Tanggung Jawab Pidana dalam Kejahatan AI
Gambar: dihasilkan menggunakan kecerdasan buatan
Perkembangan kecerdasan buatan (AI) telah menciptakan tantangan baru dalam hukum pidana, khususnya dalam hal penentuan tanggung jawab pidana. Sistem AI yang otonom dapat beroperasi secara mandiri tanpa campur tangan manusia, yang menimbulkan pertanyaan: siapa yang harus bertanggung jawab ketika AI melakukan tindakan melawan hukum? Misalnya, dalam kasus AI yang digunakan untuk kejahatan seperti penipuan siber, hacking, atau penyebaran malware, siapa yang seharusnya dihukum? Jawaban atas pertanyaan ini belum jelas secara universal, namun beberapa pendekatan hukum pidana telah dibahas dalam berbagai literatur dan praktik hukum di berbagai yurisdiksi.

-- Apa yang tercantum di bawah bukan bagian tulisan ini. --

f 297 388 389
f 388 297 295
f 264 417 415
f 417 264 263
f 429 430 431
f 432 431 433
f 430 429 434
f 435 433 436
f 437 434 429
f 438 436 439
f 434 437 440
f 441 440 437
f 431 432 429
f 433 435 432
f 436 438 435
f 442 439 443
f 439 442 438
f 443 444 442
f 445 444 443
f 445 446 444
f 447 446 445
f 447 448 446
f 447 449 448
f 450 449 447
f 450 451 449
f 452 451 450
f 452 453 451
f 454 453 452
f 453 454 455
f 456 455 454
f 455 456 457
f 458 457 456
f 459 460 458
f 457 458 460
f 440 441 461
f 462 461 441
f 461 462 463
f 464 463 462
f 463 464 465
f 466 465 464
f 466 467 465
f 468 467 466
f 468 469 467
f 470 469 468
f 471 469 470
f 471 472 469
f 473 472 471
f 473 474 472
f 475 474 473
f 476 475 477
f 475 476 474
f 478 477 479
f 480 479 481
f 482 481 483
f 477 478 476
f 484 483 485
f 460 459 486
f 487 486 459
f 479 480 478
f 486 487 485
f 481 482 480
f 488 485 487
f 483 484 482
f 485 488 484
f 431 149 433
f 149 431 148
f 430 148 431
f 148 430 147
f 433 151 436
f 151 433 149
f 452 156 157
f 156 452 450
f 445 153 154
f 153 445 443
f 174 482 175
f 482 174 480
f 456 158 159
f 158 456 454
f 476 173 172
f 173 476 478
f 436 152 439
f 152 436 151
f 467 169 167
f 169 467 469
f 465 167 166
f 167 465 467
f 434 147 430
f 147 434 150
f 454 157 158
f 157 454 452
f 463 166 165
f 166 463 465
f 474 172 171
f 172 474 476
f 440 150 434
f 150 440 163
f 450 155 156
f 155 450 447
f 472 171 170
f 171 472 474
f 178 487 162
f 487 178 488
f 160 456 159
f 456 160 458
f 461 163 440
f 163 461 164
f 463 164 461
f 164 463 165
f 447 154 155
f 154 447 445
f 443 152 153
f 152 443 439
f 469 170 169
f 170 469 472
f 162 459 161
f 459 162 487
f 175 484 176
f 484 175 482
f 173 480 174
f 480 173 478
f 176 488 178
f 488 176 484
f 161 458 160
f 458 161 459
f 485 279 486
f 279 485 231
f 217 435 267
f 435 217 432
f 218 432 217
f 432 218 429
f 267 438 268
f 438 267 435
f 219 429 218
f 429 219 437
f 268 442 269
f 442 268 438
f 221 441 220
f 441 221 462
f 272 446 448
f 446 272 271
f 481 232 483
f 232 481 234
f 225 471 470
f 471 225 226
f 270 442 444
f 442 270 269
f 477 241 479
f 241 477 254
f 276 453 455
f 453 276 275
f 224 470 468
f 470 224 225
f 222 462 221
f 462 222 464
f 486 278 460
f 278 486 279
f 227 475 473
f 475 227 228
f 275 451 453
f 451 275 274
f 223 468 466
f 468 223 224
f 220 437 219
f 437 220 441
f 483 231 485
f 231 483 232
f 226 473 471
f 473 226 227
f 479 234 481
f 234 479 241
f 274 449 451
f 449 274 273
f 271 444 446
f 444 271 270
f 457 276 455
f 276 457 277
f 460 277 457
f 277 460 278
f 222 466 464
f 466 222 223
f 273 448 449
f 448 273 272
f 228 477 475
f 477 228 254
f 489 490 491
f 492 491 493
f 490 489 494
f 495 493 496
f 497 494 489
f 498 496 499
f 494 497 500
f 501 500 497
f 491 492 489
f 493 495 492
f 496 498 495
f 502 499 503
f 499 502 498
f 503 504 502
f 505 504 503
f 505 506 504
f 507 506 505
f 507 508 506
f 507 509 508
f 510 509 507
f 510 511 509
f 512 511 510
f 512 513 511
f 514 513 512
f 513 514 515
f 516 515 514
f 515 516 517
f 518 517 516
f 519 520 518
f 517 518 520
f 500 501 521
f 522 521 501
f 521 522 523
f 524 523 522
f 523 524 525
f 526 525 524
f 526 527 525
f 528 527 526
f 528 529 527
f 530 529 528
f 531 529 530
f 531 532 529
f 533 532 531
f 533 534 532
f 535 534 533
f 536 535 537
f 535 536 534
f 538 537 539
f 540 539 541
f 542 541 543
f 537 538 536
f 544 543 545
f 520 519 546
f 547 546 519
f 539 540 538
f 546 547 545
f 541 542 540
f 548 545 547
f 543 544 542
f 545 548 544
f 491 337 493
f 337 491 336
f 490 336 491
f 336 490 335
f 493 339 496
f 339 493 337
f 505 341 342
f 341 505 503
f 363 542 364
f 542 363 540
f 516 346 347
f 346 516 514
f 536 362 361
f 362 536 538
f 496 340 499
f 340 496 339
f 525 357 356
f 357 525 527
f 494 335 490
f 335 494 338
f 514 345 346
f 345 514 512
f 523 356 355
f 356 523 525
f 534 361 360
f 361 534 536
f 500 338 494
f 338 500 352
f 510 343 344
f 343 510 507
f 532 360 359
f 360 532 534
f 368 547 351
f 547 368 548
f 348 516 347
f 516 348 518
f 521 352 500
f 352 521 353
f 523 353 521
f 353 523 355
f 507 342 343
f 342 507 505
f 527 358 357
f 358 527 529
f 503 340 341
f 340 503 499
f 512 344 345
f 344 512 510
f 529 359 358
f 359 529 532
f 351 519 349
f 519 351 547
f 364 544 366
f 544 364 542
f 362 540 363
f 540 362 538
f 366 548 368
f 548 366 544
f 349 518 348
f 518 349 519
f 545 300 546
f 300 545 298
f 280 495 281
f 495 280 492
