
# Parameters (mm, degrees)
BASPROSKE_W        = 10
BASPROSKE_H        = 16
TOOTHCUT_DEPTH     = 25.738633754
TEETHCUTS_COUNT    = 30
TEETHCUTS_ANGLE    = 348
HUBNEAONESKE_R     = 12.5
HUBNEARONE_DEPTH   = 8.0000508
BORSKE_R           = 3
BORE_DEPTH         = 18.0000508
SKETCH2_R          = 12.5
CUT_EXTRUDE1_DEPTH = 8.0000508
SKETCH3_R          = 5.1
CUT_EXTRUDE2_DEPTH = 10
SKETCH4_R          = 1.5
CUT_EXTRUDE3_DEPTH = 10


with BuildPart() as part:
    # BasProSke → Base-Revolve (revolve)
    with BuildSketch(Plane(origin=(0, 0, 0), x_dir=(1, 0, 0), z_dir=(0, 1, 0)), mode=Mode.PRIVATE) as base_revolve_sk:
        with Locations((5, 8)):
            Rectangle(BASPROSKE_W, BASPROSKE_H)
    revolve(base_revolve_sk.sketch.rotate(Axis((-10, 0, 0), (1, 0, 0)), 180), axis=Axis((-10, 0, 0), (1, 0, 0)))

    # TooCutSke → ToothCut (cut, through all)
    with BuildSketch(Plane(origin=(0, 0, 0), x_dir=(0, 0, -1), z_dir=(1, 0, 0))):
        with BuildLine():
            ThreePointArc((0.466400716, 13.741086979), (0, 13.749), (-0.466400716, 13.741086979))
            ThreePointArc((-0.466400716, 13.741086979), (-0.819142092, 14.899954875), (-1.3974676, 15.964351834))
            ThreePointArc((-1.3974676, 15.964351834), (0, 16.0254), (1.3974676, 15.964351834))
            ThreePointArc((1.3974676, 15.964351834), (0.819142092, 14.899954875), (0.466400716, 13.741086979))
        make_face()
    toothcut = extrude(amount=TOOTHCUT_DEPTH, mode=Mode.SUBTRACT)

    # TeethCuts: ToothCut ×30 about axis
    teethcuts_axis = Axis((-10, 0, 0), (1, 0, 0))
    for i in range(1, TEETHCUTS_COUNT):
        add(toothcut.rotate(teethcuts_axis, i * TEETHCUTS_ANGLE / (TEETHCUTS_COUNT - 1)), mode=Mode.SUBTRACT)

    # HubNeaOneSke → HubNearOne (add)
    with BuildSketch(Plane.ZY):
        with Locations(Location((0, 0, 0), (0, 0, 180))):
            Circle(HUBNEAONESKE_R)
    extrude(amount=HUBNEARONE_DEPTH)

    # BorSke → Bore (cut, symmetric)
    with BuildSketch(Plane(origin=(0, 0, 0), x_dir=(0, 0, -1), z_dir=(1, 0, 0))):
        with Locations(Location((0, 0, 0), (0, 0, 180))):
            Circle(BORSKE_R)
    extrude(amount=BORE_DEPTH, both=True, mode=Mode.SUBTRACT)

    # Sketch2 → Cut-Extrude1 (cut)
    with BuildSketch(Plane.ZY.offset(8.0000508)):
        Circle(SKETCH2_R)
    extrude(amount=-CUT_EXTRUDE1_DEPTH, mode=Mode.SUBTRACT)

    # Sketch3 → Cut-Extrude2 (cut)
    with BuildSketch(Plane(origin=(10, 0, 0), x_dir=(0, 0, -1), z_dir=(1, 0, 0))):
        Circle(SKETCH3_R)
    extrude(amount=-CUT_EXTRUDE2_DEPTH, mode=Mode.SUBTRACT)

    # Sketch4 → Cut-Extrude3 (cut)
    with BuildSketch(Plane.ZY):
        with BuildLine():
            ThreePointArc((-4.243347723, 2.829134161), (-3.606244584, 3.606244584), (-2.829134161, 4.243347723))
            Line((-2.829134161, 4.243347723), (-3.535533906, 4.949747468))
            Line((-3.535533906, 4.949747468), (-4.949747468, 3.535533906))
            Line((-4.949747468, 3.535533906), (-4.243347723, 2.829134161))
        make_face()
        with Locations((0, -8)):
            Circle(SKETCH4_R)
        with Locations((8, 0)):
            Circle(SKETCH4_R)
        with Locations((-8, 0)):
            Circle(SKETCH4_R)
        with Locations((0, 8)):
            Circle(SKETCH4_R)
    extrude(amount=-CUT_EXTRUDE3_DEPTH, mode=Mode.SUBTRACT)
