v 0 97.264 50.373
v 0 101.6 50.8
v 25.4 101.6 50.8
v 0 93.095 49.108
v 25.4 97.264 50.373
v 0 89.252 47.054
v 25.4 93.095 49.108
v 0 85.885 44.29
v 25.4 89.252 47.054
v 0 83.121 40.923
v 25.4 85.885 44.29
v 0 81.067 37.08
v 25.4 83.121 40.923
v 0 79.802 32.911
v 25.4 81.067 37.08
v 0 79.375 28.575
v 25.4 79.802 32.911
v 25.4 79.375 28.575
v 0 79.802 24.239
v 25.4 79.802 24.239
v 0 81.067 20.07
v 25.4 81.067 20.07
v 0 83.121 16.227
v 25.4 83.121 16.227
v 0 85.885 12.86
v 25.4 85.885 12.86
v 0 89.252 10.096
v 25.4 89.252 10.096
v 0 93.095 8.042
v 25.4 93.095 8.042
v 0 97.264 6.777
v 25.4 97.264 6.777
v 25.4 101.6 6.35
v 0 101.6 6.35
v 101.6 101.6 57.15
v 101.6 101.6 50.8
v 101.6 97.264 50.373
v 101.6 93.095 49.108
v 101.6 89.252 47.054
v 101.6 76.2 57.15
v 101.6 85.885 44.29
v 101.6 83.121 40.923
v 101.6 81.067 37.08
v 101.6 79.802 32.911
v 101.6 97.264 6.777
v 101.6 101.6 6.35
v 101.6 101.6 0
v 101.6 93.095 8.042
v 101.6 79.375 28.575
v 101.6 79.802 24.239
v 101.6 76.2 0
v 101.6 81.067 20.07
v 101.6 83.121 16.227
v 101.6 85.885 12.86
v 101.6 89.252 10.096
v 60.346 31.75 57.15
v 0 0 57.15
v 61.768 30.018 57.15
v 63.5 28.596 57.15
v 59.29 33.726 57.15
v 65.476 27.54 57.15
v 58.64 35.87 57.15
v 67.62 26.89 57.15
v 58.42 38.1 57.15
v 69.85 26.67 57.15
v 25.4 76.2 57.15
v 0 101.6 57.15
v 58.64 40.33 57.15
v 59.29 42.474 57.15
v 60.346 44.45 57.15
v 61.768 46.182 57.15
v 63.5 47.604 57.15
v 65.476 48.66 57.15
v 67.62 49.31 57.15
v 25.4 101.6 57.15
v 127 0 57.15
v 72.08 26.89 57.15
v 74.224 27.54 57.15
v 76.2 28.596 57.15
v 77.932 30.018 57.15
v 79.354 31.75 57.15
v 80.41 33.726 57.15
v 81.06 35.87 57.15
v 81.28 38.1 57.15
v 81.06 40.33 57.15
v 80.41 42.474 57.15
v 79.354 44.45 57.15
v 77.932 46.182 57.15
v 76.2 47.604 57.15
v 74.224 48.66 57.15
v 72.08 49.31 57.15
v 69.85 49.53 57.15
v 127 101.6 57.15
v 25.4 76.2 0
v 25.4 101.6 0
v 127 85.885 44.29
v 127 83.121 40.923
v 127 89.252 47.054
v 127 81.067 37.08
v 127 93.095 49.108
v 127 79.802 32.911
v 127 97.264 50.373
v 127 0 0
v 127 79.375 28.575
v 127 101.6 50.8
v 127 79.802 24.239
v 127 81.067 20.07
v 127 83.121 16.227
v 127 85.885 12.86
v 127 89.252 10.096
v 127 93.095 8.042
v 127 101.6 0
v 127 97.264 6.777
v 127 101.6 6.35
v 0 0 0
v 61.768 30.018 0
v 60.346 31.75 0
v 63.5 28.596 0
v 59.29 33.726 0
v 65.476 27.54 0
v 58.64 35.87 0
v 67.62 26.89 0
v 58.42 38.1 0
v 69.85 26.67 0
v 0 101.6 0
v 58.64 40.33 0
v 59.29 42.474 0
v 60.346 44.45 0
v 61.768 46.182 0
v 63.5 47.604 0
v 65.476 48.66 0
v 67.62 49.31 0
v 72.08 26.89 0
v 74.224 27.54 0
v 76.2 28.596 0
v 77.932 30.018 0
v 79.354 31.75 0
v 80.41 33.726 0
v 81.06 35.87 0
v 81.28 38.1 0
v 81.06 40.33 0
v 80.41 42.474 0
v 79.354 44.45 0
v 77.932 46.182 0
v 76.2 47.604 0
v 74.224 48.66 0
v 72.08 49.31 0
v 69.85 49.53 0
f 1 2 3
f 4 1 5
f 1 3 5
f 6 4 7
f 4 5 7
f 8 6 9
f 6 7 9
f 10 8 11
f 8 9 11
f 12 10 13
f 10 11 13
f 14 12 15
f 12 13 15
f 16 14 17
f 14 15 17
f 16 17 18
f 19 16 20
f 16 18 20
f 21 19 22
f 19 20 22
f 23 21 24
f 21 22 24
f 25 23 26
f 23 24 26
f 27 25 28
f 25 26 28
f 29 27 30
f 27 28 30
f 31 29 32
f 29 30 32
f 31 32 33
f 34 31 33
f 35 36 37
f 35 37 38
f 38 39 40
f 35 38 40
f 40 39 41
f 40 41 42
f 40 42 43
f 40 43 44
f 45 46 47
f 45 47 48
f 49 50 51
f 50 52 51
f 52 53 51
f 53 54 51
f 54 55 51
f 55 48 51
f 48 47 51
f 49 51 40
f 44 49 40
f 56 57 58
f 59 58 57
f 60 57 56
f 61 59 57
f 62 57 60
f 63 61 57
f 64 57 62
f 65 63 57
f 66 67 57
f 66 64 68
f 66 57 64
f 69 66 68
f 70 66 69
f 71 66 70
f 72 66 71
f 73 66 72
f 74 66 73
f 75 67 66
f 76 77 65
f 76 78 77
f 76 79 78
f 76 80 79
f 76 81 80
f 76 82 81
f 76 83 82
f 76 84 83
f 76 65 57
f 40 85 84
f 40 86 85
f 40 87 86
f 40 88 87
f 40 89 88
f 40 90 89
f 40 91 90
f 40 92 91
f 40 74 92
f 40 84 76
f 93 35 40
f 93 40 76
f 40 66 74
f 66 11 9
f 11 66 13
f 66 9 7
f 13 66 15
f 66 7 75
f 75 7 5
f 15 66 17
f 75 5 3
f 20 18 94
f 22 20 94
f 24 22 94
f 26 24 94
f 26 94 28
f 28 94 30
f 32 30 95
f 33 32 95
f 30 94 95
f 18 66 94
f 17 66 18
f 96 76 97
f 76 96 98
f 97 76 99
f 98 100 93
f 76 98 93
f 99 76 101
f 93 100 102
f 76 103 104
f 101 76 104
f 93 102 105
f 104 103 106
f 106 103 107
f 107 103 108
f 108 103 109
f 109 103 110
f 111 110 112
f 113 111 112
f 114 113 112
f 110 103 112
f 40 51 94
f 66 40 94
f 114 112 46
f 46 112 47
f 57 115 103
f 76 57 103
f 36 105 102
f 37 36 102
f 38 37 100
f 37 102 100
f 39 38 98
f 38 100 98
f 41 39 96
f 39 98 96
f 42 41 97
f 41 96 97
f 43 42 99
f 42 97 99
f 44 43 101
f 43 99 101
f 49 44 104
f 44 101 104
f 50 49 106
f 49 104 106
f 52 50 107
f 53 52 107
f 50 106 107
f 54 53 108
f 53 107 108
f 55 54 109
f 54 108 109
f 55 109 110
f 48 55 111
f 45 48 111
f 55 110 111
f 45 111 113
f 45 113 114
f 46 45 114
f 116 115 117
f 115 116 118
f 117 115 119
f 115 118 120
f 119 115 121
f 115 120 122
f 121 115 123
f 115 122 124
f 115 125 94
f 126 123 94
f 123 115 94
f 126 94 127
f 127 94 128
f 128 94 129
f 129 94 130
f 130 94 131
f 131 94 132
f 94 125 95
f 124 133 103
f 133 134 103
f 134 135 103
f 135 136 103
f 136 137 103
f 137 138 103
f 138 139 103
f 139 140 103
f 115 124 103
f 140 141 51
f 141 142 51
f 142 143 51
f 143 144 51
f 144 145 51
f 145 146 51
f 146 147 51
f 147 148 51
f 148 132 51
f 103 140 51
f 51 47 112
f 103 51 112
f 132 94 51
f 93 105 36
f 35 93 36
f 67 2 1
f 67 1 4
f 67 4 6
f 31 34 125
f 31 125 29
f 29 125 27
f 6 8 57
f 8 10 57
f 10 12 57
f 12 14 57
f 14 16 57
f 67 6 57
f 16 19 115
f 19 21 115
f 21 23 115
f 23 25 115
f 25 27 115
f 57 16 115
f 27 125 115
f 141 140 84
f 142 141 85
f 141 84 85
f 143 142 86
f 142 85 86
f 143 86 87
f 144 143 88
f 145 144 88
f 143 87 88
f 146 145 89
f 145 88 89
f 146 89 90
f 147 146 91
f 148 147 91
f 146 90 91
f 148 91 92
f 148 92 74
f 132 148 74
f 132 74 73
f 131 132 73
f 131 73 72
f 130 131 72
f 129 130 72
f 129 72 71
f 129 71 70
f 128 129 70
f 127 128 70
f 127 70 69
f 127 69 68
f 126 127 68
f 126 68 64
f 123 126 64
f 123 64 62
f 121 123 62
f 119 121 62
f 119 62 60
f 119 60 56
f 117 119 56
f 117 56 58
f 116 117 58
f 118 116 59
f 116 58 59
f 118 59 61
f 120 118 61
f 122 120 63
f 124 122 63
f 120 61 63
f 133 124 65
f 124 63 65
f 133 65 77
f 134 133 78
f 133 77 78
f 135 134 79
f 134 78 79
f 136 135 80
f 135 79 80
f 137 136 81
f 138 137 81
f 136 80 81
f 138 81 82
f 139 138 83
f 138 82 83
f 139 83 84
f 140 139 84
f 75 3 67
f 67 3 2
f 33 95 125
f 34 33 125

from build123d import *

# Parameters (mm, degrees)
F1_DEPTH = 57.15
F2_R     = 22.225
F3_DEPTH = 127
F4_R     = 11.43
F5_DEPTH = 76.2


with BuildPart() as f1:
    # F0 (on Top) → F1 (new body)
    with BuildSketch(Plane.XY):
        Polygon((0, 101.6), (0, 0), (127, 0), (127, 101.6), (101.6, 101.6), (101.6, 76.2), (25.4, 76.2), (25.4, 101.6), align=None)
    extrude(amount=F1_DEPTH)

    # F2 (on face) → F3 (cut)
    with BuildSketch(Plane.YZ.offset(127)):
        with Locations((101.6, 28.575)):
            Circle(F2_R)
    extrude(amount=-F3_DEPTH, mode=Mode.SUBTRACT)

    # F4 (on face) → F5 (cut)
    with BuildSketch(Plane.XY.offset(57.15)):
        with Locations((69.85, 38.1)):
            Circle(F4_R)
    extrude(amount=-F5_DEPTH, mode=Mode.SUBTRACT)


solid = f1.part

Tanggung Jawab Pengguna atau Pembuat Sistem AI
Pendekatan paling umum dalam hukum pidana saat ini adalah menetapkan tanggung jawab pada individu yang menggunakan atau mengendalikan sistem AI. Prinsip hukum pidana tradisional menekankan bahwa seseorang dapat dianggap bertanggung jawab atas tindak pidana jika mereka melakukan atau setidaknya mengarahkan tindakan tersebut. Dalam konteks AI, jika seseorang menggunakan AI untuk melakukan kejahatan seperti pencurian data atau penipuan keuangan, orang tersebut bertanggung jawab, sama seperti jika mereka menggunakan alat konvensional untuk melakukan kejahatan yang sama (Nersessian & Mancha, 2020) (Khisamova & Begishev, 2019).
Namun, muncul masalah yang lebih kompleks ketika sistem AI bertindak secara otonom tanpa arahan langsung. Misalnya, dalam kasus AI yang dirancang untuk belajar dan membuat keputusan sendiri, tanggung jawab pengguna atau pembuat sistem menjadi kabur. AI dengan kemampuan pembelajaran mesin (machine learning) dapat membuat keputusan yang tidak diprediksi oleh pembuat atau pengguna. Dalam situasi ini, apakah adil menempatkan tanggung jawab sepenuhnya pada pengguna, jika AI bertindak di luar kendali atau ekspektasi mereka? Asas kesengajaan (mens rea) dalam hukum pidana mensyaratkan adanya niat atau pengetahuan pelaku, namun AI yang bertindak mandiri bisa menciptakan situasi di mana elemen kesengajaan ini sulit dibuktikan (Ellamey & Elwakad, 2023).
Tanggung Jawab Korporasi
Pendekatan lain dalam menilai tanggung jawab pidana AI adalah dengan melihat kepada korporasi yang mengembangkan atau menggunakan AI. Dalam banyak sistem hukum, korporasi dapat dimintai tanggung jawab pidana atas tindakan karyawan mereka, terutama jika tindak pidana tersebut dilakukan dalam lingkup tugas atau untuk kepentingan perusahaan (vicarious liability). Dalam konteks AI, perusahaan yang mengembangkan AI yang berpotensi berbahaya atau digunakan untuk aktivitas ilegal dapat dimintai pertanggungjawaban atas kerugian yang ditimbulkan (McDonald, 2023) (Lolaeva & Sakaeva, 2021).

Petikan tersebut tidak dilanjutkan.